▶ [Aim of the exercise]: Write out every line from the listing below where the string "Rectangle" is found.

(Input)

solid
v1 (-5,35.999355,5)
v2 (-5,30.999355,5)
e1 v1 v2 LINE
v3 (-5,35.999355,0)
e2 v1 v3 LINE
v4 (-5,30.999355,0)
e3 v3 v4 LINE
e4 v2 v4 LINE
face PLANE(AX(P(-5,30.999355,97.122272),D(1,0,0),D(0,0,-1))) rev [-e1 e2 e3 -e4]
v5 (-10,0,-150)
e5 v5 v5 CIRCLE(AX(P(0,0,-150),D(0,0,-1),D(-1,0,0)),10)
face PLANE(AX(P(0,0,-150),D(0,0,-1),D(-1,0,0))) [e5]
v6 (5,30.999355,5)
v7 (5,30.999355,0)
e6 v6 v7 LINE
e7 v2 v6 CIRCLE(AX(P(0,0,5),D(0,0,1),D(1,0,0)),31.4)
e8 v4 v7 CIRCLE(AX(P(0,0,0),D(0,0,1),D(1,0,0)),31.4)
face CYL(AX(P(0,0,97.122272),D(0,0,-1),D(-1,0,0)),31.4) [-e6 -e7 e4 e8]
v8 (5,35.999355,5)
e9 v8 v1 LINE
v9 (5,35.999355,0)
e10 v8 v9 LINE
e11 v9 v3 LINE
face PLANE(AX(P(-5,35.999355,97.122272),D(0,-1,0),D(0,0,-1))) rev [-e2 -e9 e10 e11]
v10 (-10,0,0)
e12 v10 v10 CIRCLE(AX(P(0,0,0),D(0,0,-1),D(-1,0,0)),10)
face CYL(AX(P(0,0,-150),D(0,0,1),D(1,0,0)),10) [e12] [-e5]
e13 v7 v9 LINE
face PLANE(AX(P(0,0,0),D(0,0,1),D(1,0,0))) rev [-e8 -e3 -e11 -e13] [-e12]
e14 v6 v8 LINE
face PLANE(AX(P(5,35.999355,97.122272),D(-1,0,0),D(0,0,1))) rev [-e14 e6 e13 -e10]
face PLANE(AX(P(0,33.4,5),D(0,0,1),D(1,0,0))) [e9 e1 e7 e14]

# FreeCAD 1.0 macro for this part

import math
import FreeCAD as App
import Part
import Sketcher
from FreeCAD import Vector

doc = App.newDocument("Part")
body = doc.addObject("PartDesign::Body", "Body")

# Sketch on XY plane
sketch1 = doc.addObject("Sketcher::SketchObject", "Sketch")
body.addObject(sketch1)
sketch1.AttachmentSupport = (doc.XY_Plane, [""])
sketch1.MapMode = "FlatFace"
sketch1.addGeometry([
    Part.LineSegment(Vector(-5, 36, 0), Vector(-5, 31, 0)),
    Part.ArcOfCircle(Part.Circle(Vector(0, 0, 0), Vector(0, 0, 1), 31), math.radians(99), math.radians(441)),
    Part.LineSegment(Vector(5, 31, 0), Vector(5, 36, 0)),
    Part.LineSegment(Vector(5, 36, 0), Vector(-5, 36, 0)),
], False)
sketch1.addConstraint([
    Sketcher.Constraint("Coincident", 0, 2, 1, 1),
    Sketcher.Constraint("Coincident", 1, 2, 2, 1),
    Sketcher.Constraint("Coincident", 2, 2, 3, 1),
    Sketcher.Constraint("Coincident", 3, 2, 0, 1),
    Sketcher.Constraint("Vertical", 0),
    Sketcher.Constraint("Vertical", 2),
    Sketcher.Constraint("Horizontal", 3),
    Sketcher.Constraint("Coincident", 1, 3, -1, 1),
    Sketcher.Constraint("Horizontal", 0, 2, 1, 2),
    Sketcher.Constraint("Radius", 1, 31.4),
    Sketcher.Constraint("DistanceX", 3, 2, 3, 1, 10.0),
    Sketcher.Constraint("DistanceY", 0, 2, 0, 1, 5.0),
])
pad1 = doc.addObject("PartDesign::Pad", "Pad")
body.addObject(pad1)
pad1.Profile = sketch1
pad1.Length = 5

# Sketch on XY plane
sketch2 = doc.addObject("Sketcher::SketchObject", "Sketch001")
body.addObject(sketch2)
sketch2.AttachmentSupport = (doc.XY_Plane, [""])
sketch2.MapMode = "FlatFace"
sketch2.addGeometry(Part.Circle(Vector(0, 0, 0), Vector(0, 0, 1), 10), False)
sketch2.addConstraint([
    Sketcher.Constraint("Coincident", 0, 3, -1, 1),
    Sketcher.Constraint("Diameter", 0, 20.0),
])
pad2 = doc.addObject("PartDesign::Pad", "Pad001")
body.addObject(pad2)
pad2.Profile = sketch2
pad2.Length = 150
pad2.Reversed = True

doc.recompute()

(End Input)
(Input)

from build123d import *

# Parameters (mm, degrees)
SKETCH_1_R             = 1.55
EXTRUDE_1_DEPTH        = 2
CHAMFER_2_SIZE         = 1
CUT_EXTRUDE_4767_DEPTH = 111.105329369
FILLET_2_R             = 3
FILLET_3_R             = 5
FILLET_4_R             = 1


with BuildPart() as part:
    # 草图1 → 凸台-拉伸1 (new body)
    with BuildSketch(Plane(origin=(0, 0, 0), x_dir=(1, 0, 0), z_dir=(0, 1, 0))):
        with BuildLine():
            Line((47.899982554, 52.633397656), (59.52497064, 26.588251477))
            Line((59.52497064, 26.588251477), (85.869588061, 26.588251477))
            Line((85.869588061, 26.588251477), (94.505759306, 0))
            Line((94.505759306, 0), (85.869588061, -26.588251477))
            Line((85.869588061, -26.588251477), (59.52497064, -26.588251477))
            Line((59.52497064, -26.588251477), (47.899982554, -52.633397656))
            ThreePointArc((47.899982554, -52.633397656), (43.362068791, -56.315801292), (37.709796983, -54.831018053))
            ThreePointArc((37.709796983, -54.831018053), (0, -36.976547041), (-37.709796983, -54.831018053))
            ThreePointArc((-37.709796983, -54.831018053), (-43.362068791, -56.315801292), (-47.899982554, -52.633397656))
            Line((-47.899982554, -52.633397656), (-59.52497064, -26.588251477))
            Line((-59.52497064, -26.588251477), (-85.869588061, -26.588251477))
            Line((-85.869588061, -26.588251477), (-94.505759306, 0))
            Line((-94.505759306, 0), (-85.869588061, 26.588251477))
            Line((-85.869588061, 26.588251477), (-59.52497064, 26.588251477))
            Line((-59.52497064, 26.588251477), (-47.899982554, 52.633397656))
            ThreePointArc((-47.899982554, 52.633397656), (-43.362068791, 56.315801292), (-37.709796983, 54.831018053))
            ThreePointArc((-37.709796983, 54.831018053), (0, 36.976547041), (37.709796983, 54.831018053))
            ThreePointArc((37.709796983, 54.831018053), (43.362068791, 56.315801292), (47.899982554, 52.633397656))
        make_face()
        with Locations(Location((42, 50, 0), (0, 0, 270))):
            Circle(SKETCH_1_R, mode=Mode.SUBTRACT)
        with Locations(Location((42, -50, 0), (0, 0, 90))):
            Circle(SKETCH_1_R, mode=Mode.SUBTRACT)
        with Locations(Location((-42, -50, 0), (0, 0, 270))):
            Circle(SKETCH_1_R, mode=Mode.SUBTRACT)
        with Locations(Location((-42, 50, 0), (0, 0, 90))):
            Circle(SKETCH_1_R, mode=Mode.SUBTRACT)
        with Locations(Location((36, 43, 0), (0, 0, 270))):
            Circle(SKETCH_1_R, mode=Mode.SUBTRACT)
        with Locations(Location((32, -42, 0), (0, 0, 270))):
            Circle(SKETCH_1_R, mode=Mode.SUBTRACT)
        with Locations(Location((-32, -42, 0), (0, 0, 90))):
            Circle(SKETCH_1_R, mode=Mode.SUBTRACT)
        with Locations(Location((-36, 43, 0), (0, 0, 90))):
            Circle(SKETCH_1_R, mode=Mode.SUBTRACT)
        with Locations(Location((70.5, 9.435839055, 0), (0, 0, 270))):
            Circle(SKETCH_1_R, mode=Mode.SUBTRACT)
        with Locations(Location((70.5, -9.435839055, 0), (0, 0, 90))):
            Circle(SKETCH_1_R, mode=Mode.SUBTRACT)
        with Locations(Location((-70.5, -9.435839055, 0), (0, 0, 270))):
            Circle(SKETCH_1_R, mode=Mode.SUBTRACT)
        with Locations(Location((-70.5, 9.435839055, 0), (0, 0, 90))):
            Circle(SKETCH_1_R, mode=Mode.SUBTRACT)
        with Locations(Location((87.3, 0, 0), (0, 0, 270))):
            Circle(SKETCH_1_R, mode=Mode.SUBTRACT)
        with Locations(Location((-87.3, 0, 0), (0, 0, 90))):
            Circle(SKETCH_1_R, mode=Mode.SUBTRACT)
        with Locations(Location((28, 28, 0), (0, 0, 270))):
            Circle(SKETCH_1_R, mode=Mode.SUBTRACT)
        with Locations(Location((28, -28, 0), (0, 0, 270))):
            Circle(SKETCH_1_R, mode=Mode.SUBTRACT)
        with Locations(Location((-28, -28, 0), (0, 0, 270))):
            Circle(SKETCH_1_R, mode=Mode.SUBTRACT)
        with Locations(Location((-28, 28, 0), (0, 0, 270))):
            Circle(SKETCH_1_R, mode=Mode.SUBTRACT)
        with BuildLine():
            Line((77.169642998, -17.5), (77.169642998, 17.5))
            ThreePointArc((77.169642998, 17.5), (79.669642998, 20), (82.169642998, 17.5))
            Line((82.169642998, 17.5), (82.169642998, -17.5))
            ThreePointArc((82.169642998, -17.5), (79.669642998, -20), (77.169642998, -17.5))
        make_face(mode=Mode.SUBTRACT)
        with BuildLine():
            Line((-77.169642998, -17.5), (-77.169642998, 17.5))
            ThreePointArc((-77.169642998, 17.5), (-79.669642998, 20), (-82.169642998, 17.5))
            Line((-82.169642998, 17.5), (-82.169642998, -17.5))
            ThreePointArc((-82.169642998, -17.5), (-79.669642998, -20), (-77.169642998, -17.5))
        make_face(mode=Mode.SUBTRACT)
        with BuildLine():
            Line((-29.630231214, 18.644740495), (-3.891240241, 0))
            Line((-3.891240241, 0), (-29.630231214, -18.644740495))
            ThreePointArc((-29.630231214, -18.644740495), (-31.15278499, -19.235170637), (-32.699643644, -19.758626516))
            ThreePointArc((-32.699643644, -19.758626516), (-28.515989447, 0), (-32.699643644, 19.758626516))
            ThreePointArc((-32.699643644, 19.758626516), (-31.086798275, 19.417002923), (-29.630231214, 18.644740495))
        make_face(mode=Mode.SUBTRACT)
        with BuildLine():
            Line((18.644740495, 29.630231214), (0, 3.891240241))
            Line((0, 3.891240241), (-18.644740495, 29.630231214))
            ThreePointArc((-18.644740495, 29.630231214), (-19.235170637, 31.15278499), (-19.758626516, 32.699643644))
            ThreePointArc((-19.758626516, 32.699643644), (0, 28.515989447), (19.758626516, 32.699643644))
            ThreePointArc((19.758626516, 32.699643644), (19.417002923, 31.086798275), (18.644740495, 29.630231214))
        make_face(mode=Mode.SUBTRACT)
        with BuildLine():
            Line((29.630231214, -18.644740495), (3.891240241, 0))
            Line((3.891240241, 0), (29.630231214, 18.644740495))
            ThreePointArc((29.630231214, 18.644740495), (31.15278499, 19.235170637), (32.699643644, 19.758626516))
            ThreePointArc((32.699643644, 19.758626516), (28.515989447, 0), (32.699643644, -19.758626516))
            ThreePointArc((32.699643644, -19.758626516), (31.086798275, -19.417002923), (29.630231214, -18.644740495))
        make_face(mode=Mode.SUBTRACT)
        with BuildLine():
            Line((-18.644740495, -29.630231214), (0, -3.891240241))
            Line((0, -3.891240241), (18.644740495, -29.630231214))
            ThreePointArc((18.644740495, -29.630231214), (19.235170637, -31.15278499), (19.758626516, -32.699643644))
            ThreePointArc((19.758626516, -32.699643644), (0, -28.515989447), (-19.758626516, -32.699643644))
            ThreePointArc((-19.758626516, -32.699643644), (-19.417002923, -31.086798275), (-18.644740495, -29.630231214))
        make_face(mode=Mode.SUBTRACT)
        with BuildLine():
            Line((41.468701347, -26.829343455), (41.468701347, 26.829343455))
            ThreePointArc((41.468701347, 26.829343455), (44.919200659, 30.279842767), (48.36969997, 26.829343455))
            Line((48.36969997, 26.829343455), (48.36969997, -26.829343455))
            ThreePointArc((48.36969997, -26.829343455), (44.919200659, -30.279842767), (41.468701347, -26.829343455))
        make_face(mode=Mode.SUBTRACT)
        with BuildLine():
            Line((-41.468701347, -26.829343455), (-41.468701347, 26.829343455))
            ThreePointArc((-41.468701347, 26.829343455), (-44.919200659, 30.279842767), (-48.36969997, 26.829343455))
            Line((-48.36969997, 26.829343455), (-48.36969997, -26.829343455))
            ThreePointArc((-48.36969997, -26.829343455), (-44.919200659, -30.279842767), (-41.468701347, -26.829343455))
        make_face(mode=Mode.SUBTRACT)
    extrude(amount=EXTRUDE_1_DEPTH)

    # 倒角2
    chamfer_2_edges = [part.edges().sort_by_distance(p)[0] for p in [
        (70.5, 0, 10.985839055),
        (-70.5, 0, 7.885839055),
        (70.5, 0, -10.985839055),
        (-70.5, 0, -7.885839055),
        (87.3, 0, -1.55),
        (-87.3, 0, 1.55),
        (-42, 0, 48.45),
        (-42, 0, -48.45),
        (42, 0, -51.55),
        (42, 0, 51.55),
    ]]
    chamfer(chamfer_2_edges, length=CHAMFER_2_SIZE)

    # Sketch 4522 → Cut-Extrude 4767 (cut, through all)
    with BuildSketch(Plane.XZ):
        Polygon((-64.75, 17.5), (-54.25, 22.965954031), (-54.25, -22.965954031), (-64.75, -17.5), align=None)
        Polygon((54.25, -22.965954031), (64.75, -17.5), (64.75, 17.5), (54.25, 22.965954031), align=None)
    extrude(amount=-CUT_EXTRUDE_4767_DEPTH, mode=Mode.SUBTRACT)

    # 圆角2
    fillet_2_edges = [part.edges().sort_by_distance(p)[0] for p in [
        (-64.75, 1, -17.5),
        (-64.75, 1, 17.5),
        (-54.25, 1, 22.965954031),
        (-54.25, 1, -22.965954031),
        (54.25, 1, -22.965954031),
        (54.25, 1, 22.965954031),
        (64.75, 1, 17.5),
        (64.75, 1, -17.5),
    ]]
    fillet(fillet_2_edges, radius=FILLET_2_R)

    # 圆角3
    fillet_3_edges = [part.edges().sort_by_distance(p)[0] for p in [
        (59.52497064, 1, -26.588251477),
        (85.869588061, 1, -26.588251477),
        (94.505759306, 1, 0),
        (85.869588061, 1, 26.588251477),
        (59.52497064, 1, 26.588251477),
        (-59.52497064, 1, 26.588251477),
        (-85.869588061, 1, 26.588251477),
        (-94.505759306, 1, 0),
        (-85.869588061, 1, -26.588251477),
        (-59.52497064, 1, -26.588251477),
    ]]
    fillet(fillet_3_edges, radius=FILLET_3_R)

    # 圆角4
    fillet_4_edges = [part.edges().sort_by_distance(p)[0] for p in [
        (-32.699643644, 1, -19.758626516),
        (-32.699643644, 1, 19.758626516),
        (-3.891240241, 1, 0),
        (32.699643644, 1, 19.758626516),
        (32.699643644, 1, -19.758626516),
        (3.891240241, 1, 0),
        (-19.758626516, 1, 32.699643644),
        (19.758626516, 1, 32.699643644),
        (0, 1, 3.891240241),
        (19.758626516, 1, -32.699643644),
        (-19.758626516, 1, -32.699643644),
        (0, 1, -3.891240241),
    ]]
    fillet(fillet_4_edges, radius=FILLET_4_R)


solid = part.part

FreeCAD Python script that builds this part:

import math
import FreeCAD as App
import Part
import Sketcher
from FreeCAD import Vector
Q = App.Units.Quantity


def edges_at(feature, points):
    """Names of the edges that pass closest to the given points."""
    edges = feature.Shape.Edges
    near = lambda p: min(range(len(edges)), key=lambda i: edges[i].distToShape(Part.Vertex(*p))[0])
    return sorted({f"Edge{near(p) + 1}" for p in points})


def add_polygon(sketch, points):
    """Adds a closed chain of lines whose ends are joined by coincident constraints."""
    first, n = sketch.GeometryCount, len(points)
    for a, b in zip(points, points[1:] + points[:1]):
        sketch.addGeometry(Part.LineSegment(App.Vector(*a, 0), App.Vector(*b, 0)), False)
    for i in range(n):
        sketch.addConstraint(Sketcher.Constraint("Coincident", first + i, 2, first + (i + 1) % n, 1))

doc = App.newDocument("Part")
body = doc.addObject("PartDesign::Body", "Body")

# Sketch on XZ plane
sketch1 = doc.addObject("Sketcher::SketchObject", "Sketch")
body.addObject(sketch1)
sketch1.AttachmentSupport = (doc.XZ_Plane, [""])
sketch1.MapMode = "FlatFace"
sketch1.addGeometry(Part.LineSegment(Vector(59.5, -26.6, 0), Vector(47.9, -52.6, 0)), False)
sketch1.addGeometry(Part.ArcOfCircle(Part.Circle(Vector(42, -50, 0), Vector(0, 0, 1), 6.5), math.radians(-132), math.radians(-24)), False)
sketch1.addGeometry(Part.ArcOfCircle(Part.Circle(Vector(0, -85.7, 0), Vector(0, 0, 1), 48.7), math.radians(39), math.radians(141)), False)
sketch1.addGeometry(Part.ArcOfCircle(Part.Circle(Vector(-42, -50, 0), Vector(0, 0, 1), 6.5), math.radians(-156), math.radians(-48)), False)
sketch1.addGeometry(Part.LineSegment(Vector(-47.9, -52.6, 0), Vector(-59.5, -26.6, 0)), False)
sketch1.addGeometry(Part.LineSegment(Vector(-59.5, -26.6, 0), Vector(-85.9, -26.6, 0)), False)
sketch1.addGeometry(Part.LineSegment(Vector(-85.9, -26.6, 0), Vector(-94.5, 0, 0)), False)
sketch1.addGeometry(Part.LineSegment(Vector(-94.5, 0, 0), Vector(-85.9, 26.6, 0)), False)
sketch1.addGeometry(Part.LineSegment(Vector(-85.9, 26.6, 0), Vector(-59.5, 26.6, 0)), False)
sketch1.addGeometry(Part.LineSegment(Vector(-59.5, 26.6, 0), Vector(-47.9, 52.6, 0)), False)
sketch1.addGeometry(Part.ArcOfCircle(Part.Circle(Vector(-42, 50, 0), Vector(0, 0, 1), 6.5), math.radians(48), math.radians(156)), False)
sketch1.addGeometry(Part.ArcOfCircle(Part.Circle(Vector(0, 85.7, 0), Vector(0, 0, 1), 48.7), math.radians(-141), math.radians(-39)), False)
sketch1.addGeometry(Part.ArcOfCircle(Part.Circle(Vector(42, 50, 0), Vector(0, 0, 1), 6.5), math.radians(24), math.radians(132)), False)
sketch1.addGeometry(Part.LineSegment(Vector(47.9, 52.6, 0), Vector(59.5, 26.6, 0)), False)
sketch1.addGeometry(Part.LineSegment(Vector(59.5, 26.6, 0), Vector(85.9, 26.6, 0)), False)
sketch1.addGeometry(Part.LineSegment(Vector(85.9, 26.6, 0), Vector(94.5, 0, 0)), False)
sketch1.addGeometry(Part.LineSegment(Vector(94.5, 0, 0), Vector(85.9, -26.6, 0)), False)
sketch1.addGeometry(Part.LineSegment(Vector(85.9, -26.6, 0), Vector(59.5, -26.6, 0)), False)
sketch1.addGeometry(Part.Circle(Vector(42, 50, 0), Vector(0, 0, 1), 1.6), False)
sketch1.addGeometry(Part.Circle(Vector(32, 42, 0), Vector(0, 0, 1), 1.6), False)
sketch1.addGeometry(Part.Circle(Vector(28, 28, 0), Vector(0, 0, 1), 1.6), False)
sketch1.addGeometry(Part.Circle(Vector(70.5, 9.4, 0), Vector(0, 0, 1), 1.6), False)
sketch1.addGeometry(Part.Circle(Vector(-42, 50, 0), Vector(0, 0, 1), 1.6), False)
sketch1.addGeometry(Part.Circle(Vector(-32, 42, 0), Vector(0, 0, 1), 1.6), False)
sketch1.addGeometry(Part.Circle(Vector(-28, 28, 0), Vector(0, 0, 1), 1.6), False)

(End Input)
(Input)

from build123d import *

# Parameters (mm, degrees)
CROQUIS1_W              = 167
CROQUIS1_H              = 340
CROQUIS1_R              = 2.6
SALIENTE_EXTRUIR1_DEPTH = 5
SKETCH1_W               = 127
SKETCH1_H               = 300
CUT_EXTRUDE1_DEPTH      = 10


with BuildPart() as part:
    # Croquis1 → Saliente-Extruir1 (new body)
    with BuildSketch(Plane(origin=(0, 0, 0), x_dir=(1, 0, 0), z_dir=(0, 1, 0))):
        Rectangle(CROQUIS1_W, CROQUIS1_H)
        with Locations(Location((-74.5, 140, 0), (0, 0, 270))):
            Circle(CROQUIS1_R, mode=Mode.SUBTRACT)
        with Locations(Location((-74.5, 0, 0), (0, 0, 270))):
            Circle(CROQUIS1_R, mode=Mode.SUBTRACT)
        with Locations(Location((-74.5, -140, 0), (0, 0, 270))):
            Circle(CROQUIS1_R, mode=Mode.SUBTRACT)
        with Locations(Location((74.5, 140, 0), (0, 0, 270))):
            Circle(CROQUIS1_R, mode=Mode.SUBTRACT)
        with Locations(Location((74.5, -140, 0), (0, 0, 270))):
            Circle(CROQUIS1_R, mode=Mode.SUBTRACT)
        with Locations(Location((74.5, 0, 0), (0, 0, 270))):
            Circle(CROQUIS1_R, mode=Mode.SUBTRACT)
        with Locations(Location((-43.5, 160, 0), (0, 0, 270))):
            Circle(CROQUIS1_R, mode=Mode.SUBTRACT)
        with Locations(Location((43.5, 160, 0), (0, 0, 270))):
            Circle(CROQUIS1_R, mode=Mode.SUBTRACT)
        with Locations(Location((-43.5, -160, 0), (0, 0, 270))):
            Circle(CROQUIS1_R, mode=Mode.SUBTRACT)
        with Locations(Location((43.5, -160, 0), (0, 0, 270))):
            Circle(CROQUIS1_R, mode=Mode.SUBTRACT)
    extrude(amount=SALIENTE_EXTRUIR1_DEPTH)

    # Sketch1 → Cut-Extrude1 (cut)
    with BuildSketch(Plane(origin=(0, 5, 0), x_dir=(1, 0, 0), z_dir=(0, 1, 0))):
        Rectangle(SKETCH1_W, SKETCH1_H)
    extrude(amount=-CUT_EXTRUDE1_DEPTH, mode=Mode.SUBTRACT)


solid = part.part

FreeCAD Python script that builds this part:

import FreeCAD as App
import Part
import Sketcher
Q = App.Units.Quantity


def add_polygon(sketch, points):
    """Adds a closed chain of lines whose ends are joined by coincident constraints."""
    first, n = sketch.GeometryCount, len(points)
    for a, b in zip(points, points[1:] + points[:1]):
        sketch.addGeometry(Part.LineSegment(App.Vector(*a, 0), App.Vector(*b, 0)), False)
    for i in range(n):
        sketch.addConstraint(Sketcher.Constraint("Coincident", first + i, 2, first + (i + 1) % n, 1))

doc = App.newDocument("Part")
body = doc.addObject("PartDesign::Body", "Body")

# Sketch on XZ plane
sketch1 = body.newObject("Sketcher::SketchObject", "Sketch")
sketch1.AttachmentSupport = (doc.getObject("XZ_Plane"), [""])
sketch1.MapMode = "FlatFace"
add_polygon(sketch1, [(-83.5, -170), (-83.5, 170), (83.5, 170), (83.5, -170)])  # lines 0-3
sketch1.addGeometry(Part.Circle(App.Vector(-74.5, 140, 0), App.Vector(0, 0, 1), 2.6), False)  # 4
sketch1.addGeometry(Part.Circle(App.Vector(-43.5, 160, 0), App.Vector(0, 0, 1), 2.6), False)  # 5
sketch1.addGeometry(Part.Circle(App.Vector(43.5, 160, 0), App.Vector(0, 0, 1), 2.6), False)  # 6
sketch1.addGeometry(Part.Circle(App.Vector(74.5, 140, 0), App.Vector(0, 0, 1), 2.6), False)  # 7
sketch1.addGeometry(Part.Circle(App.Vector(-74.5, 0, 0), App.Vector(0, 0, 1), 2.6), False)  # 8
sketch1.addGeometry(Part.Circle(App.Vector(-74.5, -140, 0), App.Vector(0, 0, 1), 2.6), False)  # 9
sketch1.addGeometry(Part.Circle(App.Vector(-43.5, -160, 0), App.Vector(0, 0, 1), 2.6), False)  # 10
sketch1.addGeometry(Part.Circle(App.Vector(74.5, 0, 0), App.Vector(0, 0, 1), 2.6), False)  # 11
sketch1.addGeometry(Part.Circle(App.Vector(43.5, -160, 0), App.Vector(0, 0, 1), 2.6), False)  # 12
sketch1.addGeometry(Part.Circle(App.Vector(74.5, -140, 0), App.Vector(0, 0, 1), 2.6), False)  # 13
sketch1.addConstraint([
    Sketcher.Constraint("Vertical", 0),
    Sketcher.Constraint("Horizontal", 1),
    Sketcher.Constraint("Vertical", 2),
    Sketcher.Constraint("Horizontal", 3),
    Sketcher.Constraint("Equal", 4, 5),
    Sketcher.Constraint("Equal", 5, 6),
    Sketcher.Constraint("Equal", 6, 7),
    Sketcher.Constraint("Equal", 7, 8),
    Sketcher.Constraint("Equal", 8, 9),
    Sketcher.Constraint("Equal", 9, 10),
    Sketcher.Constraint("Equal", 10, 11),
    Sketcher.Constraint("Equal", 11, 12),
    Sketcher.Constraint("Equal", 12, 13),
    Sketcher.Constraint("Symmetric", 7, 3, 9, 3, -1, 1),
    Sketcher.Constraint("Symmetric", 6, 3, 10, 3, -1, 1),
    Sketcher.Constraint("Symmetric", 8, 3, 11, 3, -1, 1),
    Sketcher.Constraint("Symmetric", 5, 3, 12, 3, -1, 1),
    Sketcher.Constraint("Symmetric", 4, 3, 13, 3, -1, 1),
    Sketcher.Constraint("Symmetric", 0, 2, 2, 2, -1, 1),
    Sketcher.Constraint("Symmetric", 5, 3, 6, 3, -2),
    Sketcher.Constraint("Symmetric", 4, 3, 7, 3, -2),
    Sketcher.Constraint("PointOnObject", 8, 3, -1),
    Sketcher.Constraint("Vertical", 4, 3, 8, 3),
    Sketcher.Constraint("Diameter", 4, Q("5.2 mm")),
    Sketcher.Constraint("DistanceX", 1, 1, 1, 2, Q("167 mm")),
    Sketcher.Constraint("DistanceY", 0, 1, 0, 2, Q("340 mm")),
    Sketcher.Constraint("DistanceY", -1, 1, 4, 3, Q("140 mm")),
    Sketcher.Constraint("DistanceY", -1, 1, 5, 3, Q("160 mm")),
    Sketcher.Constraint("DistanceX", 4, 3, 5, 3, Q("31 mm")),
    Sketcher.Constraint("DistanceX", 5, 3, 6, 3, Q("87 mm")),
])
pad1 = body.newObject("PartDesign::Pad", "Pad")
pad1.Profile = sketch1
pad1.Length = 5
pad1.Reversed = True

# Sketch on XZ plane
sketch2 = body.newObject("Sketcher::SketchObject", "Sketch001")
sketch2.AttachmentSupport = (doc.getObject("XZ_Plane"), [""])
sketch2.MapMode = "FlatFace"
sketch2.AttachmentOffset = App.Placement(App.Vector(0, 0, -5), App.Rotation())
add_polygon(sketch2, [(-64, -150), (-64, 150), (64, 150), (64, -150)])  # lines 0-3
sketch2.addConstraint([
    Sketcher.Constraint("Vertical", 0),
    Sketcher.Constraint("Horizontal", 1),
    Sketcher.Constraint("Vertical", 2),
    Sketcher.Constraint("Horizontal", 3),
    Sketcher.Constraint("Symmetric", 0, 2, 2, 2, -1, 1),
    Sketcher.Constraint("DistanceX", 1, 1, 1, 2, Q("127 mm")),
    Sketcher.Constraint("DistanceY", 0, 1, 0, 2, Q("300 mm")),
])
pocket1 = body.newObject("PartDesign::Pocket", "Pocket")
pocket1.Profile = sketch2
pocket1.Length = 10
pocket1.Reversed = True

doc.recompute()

(End Input)

▶ [Expected answer]:
        Rectangle(CROQUIS1_W, CROQUIS1_H)
        Rectangle(SKETCH1_W, SKETCH1_H)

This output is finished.